* Instructions to follow:
From the listing below, copy only the lines from the line that contains "v36 (-62.49794,-2,-97.424306)" to the line that contains "e43 v38 v38", counting those two lines as part of the copy.

* Exercise data:
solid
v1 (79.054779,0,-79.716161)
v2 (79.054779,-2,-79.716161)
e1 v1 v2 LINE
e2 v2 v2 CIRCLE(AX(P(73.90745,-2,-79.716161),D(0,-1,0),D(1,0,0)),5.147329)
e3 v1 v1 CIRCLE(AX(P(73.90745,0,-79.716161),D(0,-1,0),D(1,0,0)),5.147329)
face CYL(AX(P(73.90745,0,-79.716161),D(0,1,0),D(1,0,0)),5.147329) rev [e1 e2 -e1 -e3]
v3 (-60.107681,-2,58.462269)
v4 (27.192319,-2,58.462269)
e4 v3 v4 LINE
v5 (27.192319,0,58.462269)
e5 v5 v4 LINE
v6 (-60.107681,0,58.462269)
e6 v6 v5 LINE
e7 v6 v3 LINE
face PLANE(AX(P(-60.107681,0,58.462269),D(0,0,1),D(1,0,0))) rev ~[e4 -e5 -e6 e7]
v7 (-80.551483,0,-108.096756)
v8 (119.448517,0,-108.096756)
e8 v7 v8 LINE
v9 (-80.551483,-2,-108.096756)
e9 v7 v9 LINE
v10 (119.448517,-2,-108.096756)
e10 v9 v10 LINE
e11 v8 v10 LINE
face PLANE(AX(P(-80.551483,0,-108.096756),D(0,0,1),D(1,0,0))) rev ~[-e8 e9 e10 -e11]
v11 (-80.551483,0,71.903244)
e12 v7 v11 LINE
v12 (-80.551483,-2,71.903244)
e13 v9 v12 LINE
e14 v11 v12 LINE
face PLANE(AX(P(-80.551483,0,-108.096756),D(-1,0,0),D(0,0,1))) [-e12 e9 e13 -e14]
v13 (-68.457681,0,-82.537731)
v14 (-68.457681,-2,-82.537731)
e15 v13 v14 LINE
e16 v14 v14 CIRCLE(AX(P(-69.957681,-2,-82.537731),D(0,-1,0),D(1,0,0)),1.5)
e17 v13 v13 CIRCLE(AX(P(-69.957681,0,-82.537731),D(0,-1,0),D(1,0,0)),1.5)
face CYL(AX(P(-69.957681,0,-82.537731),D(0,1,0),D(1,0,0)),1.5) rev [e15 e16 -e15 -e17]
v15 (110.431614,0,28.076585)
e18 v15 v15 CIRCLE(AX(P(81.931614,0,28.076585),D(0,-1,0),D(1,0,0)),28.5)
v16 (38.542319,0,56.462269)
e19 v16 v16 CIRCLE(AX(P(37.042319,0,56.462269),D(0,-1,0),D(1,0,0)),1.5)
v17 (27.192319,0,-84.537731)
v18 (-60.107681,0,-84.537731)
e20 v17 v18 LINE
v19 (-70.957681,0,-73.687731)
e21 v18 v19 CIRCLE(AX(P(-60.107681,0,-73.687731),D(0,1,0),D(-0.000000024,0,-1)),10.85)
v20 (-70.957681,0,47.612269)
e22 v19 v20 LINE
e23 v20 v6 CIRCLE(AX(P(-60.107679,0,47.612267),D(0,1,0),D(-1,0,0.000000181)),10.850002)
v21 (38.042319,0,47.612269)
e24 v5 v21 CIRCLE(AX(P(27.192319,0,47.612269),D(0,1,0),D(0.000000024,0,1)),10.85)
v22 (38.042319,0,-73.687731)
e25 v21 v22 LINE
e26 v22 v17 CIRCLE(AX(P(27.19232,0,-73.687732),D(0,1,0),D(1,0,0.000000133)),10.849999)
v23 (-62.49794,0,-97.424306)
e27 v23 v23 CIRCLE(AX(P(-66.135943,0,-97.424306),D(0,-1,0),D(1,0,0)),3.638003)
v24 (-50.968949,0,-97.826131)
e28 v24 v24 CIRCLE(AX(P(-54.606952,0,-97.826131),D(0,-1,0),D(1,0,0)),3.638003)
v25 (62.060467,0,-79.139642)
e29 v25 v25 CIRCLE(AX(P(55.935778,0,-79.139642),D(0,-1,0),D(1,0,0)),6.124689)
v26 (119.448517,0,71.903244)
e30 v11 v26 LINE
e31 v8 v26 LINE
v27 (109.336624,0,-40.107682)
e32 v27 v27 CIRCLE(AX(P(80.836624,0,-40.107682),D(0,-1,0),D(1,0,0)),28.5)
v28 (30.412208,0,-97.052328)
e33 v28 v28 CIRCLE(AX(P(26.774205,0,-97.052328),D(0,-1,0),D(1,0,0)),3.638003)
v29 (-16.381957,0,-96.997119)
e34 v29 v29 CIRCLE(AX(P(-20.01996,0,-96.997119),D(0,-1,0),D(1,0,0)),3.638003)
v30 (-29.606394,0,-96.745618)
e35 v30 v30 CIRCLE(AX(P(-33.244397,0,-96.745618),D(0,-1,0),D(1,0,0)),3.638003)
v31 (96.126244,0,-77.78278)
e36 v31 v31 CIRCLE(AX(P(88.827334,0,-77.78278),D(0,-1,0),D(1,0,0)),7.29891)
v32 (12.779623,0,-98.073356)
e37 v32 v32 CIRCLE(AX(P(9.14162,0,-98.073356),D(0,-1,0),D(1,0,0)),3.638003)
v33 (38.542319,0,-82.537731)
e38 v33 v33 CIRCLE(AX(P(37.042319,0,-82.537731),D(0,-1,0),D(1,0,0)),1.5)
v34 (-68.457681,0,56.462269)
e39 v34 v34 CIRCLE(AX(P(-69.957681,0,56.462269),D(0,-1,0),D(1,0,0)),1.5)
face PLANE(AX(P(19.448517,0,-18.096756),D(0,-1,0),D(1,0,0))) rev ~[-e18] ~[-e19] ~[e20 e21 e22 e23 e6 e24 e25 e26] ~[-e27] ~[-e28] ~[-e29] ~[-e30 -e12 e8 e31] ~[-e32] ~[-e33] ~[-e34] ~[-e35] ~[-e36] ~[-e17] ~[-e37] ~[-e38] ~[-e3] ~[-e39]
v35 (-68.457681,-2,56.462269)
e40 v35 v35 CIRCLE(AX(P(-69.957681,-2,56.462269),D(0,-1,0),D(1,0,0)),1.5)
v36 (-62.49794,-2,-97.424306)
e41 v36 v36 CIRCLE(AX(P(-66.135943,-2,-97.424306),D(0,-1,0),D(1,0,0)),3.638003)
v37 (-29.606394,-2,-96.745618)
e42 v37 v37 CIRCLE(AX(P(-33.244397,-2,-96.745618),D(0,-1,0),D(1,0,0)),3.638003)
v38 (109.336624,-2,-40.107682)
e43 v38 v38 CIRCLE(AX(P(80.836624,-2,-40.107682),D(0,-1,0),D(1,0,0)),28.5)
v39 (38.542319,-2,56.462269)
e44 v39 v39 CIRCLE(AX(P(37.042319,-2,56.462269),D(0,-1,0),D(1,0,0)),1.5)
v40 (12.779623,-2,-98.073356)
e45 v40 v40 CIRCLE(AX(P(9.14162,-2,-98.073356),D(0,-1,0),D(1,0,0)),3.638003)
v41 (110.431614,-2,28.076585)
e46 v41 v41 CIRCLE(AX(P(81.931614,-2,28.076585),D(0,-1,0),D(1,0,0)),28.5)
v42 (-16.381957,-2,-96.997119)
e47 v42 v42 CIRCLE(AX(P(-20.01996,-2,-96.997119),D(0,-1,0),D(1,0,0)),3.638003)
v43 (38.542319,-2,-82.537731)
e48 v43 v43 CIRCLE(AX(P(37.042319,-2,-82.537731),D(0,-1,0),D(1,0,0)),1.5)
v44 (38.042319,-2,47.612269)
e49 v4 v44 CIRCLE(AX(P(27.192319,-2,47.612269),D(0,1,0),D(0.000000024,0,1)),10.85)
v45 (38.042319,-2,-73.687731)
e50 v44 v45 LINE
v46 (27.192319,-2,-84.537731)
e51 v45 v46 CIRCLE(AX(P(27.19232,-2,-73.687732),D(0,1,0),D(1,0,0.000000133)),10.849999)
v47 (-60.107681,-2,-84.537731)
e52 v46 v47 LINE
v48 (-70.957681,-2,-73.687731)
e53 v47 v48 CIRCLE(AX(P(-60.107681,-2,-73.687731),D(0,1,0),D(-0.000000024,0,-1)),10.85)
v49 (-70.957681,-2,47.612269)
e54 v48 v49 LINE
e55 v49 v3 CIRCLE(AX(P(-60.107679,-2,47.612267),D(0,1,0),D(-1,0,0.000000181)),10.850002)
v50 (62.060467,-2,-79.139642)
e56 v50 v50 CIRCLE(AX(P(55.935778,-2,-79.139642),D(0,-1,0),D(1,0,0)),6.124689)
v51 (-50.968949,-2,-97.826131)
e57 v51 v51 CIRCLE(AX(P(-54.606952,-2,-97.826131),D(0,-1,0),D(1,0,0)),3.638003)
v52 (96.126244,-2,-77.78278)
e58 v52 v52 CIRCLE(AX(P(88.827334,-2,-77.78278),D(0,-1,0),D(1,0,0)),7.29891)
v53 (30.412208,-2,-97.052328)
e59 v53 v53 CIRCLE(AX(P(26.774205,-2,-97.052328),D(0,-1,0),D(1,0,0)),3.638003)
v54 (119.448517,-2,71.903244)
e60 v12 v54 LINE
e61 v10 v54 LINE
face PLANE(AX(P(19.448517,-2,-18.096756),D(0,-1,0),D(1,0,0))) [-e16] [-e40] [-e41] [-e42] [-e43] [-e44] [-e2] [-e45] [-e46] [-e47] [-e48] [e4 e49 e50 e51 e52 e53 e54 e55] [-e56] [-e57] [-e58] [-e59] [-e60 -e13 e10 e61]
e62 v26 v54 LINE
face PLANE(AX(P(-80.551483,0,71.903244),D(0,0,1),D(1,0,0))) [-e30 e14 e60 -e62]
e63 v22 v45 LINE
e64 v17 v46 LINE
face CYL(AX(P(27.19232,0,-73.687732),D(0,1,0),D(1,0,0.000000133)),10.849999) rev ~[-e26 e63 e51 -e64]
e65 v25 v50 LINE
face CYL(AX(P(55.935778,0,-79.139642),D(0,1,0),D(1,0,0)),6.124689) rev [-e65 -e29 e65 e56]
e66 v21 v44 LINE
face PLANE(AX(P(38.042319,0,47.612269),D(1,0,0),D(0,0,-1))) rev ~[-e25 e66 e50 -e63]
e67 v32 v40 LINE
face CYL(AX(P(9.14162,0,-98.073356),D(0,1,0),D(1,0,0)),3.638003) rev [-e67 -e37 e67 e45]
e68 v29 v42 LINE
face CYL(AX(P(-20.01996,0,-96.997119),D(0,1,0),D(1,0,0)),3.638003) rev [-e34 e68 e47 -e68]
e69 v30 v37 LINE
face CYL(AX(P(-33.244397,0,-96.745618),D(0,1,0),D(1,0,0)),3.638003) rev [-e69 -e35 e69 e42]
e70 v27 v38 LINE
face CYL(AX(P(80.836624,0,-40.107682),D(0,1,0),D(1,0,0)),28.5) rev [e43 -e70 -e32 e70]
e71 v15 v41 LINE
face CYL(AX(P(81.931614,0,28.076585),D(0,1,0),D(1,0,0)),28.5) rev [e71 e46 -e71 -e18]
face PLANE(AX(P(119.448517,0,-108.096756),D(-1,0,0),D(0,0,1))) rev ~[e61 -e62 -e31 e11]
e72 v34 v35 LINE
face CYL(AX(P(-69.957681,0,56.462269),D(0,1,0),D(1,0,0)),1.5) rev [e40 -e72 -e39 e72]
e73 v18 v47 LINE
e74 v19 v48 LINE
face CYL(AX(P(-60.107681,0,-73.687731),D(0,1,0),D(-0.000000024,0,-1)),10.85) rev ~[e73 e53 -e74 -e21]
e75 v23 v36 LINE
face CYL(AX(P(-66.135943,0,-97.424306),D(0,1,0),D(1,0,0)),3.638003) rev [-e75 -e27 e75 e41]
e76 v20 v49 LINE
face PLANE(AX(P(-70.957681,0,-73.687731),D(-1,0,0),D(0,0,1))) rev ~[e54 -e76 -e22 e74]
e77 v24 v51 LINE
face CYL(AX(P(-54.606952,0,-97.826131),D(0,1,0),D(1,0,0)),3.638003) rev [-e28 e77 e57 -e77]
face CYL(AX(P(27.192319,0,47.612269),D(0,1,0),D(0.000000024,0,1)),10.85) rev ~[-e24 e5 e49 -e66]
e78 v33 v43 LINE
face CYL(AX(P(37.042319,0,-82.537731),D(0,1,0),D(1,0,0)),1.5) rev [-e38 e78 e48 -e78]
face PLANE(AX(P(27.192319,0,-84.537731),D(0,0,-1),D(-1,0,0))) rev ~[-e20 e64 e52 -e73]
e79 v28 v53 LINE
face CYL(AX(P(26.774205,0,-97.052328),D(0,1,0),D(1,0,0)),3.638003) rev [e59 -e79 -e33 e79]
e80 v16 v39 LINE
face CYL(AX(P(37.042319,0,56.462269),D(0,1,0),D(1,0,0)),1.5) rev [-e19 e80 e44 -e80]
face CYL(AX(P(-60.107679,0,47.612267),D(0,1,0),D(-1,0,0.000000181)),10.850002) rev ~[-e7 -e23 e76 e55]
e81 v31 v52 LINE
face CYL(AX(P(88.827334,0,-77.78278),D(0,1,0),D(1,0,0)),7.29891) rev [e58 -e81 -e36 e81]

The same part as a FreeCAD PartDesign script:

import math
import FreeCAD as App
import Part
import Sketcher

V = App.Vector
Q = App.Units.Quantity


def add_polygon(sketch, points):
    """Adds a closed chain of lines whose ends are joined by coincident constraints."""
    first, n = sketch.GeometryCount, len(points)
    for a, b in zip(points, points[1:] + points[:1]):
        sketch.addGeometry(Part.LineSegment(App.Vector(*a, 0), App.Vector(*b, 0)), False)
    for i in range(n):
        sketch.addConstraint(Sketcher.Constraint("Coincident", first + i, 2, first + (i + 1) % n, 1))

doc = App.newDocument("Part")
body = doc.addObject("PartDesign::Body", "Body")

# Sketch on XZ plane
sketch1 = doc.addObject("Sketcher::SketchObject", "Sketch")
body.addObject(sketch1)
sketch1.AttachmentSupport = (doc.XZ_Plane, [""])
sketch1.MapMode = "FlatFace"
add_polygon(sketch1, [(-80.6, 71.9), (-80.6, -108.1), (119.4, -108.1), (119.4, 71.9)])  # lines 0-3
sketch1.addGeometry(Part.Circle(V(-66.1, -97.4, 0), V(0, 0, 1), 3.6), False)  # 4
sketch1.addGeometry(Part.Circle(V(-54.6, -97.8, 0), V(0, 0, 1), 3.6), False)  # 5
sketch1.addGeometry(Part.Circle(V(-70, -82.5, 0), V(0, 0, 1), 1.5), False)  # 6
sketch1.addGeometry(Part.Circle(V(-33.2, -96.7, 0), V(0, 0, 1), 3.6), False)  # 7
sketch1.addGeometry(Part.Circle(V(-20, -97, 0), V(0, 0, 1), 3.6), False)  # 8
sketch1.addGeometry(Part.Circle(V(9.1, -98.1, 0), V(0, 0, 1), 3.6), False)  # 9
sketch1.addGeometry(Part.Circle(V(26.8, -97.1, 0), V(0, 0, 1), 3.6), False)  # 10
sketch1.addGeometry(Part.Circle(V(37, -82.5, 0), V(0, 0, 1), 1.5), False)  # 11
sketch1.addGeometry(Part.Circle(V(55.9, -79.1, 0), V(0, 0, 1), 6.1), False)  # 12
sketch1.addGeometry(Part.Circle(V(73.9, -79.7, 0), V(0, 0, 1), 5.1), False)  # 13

* Exercise output:
v36 (-62.49794,-2,-97.424306)
e41 v36 v36 CIRCLE(AX(P(-66.135943,-2,-97.424306),D(0,-1,0),D(1,0,0)),3.638003)
v37 (-29.606394,-2,-96.745618)
e42 v37 v37 CIRCLE(AX(P(-33.244397,-2,-96.745618),D(0,-1,0),D(1,0,0)),3.638003)
v38 (109.336624,-2,-40.107682)
e43 v38 v38 CIRCLE(AX(P(80.836624,-2,-40.107682),D(0,-1,0),D(1,0,0)),28.5)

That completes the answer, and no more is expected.